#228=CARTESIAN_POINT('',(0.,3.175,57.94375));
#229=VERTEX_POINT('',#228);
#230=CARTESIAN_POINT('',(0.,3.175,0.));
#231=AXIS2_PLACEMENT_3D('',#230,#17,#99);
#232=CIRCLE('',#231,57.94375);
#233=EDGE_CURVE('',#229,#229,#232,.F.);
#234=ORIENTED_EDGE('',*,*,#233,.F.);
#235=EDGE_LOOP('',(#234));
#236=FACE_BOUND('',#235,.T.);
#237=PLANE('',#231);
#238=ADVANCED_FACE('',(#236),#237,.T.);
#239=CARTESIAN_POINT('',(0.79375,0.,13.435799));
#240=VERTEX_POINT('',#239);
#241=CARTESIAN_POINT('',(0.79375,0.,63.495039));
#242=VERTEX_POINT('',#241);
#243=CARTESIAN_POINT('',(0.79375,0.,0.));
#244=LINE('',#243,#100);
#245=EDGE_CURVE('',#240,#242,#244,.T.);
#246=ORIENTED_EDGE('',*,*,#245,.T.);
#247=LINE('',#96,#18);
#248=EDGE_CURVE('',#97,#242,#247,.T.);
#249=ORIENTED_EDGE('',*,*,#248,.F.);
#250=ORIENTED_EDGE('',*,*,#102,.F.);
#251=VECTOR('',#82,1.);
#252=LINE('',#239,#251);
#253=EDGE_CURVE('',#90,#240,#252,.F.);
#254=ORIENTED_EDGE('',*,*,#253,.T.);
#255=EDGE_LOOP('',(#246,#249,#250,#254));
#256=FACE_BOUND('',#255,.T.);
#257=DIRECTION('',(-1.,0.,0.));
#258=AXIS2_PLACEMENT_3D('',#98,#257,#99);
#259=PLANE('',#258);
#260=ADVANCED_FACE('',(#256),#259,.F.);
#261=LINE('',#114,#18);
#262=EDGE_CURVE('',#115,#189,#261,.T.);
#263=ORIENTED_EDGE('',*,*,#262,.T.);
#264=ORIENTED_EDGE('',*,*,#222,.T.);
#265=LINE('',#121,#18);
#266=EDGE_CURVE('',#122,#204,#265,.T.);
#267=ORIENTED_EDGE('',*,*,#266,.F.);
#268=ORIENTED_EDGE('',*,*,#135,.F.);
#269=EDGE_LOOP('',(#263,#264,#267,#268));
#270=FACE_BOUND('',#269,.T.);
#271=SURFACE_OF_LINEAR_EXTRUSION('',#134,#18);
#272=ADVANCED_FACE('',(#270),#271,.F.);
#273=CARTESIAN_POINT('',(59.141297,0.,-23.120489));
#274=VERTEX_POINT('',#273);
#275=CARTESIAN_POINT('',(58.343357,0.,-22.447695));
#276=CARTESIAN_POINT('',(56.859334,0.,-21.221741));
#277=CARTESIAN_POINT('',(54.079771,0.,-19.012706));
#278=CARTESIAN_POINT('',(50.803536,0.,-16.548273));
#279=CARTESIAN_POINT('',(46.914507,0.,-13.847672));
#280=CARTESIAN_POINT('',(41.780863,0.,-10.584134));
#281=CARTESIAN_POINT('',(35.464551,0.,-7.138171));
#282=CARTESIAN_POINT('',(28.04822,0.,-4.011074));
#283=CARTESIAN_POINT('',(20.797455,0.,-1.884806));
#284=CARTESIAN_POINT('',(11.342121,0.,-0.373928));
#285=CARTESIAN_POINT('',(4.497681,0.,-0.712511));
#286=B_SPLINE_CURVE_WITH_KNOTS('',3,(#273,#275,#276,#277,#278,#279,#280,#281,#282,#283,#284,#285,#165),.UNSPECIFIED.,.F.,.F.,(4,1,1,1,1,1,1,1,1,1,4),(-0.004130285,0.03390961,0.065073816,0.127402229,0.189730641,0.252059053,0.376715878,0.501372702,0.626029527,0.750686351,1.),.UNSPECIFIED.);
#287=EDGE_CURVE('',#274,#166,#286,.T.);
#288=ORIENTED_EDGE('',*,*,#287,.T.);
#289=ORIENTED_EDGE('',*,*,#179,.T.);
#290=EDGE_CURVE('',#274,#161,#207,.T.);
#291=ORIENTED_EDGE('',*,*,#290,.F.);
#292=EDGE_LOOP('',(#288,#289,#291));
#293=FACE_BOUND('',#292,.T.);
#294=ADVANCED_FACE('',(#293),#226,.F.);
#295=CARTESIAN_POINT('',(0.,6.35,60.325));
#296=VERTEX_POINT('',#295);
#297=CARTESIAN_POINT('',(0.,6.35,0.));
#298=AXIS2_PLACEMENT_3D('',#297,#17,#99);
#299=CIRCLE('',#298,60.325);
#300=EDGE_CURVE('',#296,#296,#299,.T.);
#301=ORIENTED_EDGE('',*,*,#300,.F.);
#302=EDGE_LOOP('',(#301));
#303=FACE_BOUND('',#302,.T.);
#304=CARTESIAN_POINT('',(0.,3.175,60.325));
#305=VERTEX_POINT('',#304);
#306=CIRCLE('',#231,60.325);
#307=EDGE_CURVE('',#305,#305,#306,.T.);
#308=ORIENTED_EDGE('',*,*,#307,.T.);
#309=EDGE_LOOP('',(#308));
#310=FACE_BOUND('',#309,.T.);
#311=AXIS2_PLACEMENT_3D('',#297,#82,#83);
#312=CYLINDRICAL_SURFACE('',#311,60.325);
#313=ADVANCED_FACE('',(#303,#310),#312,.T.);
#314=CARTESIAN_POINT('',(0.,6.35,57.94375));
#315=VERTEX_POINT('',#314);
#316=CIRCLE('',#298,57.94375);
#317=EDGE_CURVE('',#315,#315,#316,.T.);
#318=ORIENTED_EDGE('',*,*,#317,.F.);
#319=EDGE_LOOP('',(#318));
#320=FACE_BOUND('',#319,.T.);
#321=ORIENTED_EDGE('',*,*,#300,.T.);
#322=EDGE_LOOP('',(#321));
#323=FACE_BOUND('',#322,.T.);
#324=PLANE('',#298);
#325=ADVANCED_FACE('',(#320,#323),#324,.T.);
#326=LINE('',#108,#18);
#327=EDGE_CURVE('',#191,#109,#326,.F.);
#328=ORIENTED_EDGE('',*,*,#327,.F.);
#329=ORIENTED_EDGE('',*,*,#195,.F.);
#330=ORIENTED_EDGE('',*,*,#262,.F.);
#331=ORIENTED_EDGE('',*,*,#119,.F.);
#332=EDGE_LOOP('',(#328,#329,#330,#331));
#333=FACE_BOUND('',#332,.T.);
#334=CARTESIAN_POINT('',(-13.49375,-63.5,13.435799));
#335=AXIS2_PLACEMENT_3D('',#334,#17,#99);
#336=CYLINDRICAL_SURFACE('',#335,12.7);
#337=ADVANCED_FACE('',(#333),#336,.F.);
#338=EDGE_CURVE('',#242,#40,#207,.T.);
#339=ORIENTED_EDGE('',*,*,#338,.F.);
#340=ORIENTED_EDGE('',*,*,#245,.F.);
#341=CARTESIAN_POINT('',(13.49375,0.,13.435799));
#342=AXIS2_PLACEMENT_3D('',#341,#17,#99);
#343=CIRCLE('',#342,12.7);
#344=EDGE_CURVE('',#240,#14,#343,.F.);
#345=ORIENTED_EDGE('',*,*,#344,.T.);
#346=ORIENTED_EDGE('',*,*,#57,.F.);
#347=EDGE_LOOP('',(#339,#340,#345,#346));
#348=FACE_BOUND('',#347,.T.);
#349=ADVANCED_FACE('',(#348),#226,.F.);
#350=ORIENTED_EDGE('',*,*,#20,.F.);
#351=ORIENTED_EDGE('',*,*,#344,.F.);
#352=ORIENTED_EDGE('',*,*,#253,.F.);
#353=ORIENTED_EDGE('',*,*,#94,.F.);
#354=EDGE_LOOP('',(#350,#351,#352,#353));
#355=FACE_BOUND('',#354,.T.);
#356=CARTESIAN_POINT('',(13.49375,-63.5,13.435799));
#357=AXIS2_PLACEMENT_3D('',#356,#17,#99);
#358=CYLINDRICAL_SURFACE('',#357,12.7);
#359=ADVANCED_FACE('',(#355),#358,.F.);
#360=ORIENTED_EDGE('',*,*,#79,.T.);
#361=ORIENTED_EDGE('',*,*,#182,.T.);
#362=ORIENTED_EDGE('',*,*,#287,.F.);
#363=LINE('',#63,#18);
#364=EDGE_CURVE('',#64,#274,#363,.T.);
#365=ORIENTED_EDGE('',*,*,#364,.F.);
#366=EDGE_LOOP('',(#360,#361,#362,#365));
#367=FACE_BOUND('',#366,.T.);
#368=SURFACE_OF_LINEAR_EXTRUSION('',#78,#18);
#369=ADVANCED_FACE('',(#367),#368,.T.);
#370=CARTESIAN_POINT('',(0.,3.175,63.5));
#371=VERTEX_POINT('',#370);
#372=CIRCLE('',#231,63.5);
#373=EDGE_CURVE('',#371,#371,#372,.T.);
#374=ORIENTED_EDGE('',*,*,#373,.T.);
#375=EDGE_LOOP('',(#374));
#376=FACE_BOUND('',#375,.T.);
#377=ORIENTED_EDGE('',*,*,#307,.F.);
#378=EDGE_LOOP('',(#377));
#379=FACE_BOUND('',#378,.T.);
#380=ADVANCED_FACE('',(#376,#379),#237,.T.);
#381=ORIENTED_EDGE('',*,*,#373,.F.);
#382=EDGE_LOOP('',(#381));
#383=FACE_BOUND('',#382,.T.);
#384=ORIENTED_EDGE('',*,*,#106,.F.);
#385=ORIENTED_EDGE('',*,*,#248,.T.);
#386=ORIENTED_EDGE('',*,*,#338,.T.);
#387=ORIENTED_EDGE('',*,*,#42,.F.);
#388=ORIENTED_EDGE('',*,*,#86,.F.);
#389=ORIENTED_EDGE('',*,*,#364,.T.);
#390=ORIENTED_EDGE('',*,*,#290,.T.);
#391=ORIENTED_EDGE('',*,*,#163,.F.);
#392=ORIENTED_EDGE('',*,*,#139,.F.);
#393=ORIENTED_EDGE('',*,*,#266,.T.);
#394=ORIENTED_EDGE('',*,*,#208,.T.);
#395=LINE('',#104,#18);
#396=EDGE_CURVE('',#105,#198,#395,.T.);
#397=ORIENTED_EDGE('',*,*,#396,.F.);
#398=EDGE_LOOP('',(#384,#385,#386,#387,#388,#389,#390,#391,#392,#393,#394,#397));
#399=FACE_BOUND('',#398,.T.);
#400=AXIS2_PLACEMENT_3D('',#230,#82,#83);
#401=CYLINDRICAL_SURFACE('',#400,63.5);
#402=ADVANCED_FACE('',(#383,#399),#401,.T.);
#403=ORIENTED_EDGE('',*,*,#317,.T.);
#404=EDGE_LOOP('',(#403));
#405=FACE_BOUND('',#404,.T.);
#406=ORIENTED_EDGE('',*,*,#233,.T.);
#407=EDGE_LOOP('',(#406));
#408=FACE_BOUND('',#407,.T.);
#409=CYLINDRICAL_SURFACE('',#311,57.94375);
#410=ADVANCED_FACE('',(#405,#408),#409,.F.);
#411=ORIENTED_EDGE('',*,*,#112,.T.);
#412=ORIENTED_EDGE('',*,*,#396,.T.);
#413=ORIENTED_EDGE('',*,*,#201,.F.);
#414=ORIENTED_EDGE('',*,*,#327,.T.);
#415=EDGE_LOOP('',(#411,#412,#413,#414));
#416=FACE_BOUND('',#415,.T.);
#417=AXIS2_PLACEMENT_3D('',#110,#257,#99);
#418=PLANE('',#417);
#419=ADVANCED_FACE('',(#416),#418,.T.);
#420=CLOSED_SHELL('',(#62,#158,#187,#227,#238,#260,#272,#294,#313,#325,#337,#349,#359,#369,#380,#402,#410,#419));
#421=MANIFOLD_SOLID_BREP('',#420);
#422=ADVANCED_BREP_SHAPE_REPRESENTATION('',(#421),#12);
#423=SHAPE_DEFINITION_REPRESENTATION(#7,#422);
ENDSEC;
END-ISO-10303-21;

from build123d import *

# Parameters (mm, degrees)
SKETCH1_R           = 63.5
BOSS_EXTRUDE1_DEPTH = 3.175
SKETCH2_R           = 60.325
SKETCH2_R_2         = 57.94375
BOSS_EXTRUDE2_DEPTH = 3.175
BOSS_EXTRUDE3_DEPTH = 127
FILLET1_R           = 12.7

- [What this task involves] Output nothing but the lines from the one with "#397=ORIENTED_EDGE('',*,*,#396,.F.);" through the last line above, each exactly as it stands.

- [Answer to the exercise]
#397=ORIENTED_EDGE('',*,*,#396,.F.);
#398=EDGE_LOOP('',(#384,#385,#386,#387,#388,#389,#390,#391,#392,#393,#394,#397));
#399=FACE_BOUND('',#398,.T.);
#400=AXIS2_PLACEMENT_3D('',#230,#82,#83);
#401=CYLINDRICAL_SURFACE('',#400,63.5);
#402=ADVANCED_FACE('',(#383,#399),#401,.T.);
#403=ORIENTED_EDGE('',*,*,#317,.T.);
#404=EDGE_LOOP('',(#403));
#405=FACE_BOUND('',#404,.T.);
#406=ORIENTED_EDGE('',*,*,#233,.T.);
#407=EDGE_LOOP('',(#406));
#408=FACE_BOUND('',#407,.T.);
#409=CYLINDRICAL_SURFACE('',#311,57.94375);
#410=ADVANCED_FACE('',(#405,#408),#409,.F.);
#411=ORIENTED_EDGE('',*,*,#112,.T.);
#412=ORIENTED_EDGE('',*,*,#396,.T.);
#413=ORIENTED_EDGE('',*,*,#201,.F.);
#414=ORIENTED_EDGE('',*,*,#327,.T.);
#415=EDGE_LOOP('',(#411,#412,#413,#414));
#416=FACE_BOUND('',#415,.T.);
#417=AXIS2_PLACEMENT_3D('',#110,#257,#99);
#418=PLANE('',#417);
#419=ADVANCED_FACE('',(#416),#418,.T.);
#420=CLOSED_SHELL('',(#62,#158,#187,#227,#238,#260,#272,#294,#313,#325,#337,#349,#359,#369,#380,#402,#410,#419));
#421=MANIFOLD_SOLID_BREP('',#420);
#422=ADVANCED_BREP_SHAPE_REPRESENTATION('',(#421),#12);
#423=SHAPE_DEFINITION_REPRESENTATION(#7,#422);
ENDSEC;
END-ISO-10303-21;

from build123d import *

# Parameters (mm, degrees)
SKETCH1_R           = 63.5
BOSS_EXTRUDE1_DEPTH = 3.175
SKETCH2_R           = 60.325
SKETCH2_R_2         = 57.94375
BOSS_EXTRUDE2_DEPTH = 3.175
BOSS_EXTRUDE3_DEPTH = 127
FILLET1_R           = 12.7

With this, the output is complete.